◆ PROBLEM
Starting with the line that contains "v8 v8 CIRCLE(AX(P(-16.8164,12.4124,0),D(0,0,1),D(1,0,0)),1.7)" and stopping after the line that contains "e14 v10 v10", return each line below exactly as written, with no others.

(Stored data entries)
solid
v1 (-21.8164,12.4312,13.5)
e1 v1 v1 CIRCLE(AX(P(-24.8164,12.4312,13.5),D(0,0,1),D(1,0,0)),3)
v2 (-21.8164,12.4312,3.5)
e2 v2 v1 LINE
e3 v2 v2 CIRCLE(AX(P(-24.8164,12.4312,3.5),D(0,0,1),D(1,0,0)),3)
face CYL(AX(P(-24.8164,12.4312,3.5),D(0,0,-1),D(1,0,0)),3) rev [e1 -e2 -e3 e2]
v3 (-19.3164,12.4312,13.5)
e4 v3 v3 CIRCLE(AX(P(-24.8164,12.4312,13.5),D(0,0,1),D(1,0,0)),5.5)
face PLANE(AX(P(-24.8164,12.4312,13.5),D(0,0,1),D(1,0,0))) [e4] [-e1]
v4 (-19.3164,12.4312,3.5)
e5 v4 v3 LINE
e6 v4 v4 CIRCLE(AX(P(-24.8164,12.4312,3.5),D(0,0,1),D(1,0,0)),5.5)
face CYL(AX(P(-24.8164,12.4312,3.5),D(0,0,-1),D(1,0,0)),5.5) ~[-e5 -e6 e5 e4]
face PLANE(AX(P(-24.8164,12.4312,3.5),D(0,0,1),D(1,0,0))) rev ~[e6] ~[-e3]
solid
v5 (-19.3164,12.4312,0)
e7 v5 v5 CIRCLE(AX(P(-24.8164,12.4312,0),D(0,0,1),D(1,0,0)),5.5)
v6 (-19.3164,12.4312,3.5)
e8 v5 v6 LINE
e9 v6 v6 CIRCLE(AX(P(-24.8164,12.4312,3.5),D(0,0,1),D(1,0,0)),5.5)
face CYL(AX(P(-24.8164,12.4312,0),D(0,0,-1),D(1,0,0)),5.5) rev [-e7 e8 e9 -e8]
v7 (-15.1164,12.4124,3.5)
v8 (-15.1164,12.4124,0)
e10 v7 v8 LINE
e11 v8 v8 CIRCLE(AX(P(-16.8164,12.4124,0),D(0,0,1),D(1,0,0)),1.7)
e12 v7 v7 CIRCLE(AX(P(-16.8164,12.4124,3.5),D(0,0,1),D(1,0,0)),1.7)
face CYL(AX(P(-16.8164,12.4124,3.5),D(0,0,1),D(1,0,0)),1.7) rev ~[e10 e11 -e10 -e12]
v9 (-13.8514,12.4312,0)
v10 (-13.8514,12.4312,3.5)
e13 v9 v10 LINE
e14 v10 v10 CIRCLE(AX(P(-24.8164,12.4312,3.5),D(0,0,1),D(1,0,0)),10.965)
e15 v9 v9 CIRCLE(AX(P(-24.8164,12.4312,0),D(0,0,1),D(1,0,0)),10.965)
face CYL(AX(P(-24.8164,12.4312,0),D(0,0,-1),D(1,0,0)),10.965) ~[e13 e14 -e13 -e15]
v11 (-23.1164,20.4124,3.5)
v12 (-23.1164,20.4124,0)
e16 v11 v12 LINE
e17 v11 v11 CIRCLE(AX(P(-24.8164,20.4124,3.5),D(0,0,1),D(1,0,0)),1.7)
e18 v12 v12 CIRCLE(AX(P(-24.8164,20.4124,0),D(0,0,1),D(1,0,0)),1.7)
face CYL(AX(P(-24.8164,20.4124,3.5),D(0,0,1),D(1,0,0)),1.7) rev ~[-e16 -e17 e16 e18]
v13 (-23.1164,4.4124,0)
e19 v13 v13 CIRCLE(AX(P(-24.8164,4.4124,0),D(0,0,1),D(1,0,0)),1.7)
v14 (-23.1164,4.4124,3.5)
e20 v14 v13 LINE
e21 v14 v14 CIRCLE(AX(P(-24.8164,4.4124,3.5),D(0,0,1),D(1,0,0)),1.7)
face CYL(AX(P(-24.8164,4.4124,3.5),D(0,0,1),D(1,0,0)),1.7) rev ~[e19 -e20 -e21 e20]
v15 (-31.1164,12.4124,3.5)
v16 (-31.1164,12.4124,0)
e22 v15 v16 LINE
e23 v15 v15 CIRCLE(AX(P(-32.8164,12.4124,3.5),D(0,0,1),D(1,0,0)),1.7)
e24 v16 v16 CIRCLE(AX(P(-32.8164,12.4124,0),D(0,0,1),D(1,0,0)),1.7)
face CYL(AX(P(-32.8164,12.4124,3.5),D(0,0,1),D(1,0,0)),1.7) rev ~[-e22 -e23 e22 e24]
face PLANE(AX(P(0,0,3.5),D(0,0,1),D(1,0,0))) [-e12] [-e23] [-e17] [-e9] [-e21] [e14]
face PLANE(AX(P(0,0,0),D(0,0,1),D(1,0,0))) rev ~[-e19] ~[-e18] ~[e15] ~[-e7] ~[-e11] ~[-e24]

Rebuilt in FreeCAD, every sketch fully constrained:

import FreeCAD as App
import Part
import Sketcher

doc = App.newDocument("Part")
body = doc.addObject("PartDesign::Body", "Body")
body.AllowCompound = True

sketch1 = body.newObject("Sketcher::SketchObject", "Sketch")
sketch1.AttachmentSupport = (doc.getObject("XY_Plane"), [""])
sketch1.MapMode = "FlatFace"
sketch1.addGeometry(Part.Circle(App.Vector(-24.8164, 12.4312, 0), App.Vector(0, 0, 1), 10.965), False)
sketch1.addGeometry(Part.Circle(App.Vector(-24.8164, 12.4312, 0), App.Vector(0, 0, 1), 5.5), False)
sketch1.addConstraint(Sketcher.Constraint("Coincident", 1, 3, 0, 3))
sketch1.addConstraint(Sketcher.Constraint("Diameter", 0, 21.93))
sketch1.addConstraint(Sketcher.Constraint("Diameter", 1, 11.0))
sketch1.addConstraint(Sketcher.Constraint("DistanceX", 0, 3, -1, 1, 24.8164))
sketch1.addConstraint(Sketcher.Constraint("DistanceY", -1, 1, 0, 3, 12.4312))
pad1 = body.newObject("PartDesign::Pad", "Pad")
pad1.Profile = sketch1
pad1.Length = 3.5

sketch2 = body.newObject("Sketcher::SketchObject", "Sketch001")
sketch2.AttachmentSupport = (doc.getObject("XY_Plane"), [""])
sketch2.MapMode = "FlatFace"
sketch2.AttachmentOffset = App.Placement(App.Vector(0, 0, 3.5), App.Rotation())
sketch2.addGeometry(Part.Circle(App.Vector(-24.8164, 12.4312, 0), App.Vector(0, 0, 1), 5.5), False)
sketch2.addGeometry(Part.Circle(App.Vector(-24.8164, 12.4312, 0), App.Vector(0, 0, 1), 3), False)
sketch2.addConstraint(Sketcher.Constraint("Coincident", 1, 3, 0, 3))
sketch2.addConstraint(Sketcher.Constraint("Diameter", 1, 6.0))
sketch2.addConstraint(Sketcher.Constraint("Diameter", 0, 11.0))
sketch2.addConstraint(Sketcher.Constraint("DistanceX", 0, 3, -1, 1, 24.8164))
sketch2.addConstraint(Sketcher.Constraint("DistanceY", -1, 1, 0, 3, 12.4312))
pad2 = body.newObject("PartDesign::Pad", "Pad001")
pad2.Profile = sketch2
pad2.Length = 10

sketch3 = body.newObject("Sketcher::SketchObject", "Sketch002")
sketch3.AttachmentSupport = (doc.getObject("XY_Plane"), [""])
sketch3.MapMode = "FlatFace"
sketch3.AttachmentOffset = App.Placement(App.Vector(0, 0, 3.5), App.Rotation())
sketch3.addGeometry(Part.Circle(App.Vector(-32.8164, 12.4124, 0), App.Vector(0, 0, 1), 1.7), False)
sketch3.addGeometry(Part.Circle(App.Vector(-24.8164, 4.4124, 0), App.Vector(0, 0, 1), 1.7), False)
sketch3.addGeometry(Part.Circle(App.Vector(-16.8164, 12.4124, 0), App.Vector(0, 0, 1), 1.7), False)
sketch3.addGeometry(Part.Circle(App.Vector(-24.8164, 20.4124, 0), App.Vector(0, 0, 1), 1.7), False)
sketch3.addConstraint(Sketcher.Constraint("Equal", 0, 1))
sketch3.addConstraint(Sketcher.Constraint("Equal", 1, 2))
sketch3.addConstraint(Sketcher.Constraint("Equal", 2, 3))
sketch3.addConstraint(Sketcher.Constraint("Horizontal", 0, 3, 2, 3))
sketch3.addConstraint(Sketcher.Constraint("Vertical", 1, 3, 3, 3))
sketch3.addConstraint(Sketcher.Constraint("Diameter", 0, 3.4))
sketch3.addConstraint(Sketcher.Constraint("DistanceX", 0, 3, 1, 3, 8.0))
sketch3.addConstraint(Sketcher.Constraint("DistanceY", 1, 3, 0, 3, 8.0))
sketch3.addConstraint(Sketcher.Constraint("DistanceX", 1, 3, 2, 3, 8.0))
sketch3.addConstraint(Sketcher.Constraint("DistanceY", 0, 3, 3, 3, 8.0))
sketch3.addConstraint(Sketcher.Constraint("DistanceX", 0, 3, -1, 1, 32.8164))
sketch3.addConstraint(Sketcher.Constraint("DistanceY", -1, 1, 0, 3, 12.4124))
pocket1 = body.newObject("PartDesign::Pocket", "Pocket")
pocket1.Profile = sketch3
pocket1.Length = 10

doc.recompute()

◆ OUTPUT OF THE EXERCISE
e11 v8 v8 CIRCLE(AX(P(-16.8164,12.4124,0),D(0,0,1),D(1,0,0)),1.7)
e12 v7 v7 CIRCLE(AX(P(-16.8164,12.4124,3.5),D(0,0,1),D(1,0,0)),1.7)
face CYL(AX(P(-16.8164,12.4124,3.5),D(0,0,1),D(1,0,0)),1.7) rev ~[e10 e11 -e10 -e12]
v9 (-13.8514,12.4312,0)
v10 (-13.8514,12.4312,3.5)
e13 v9 v10 LINE
e14 v10 v10 CIRCLE(AX(P(-24.8164,12.4312,3.5),D(0,0,1),D(1,0,0)),10.965)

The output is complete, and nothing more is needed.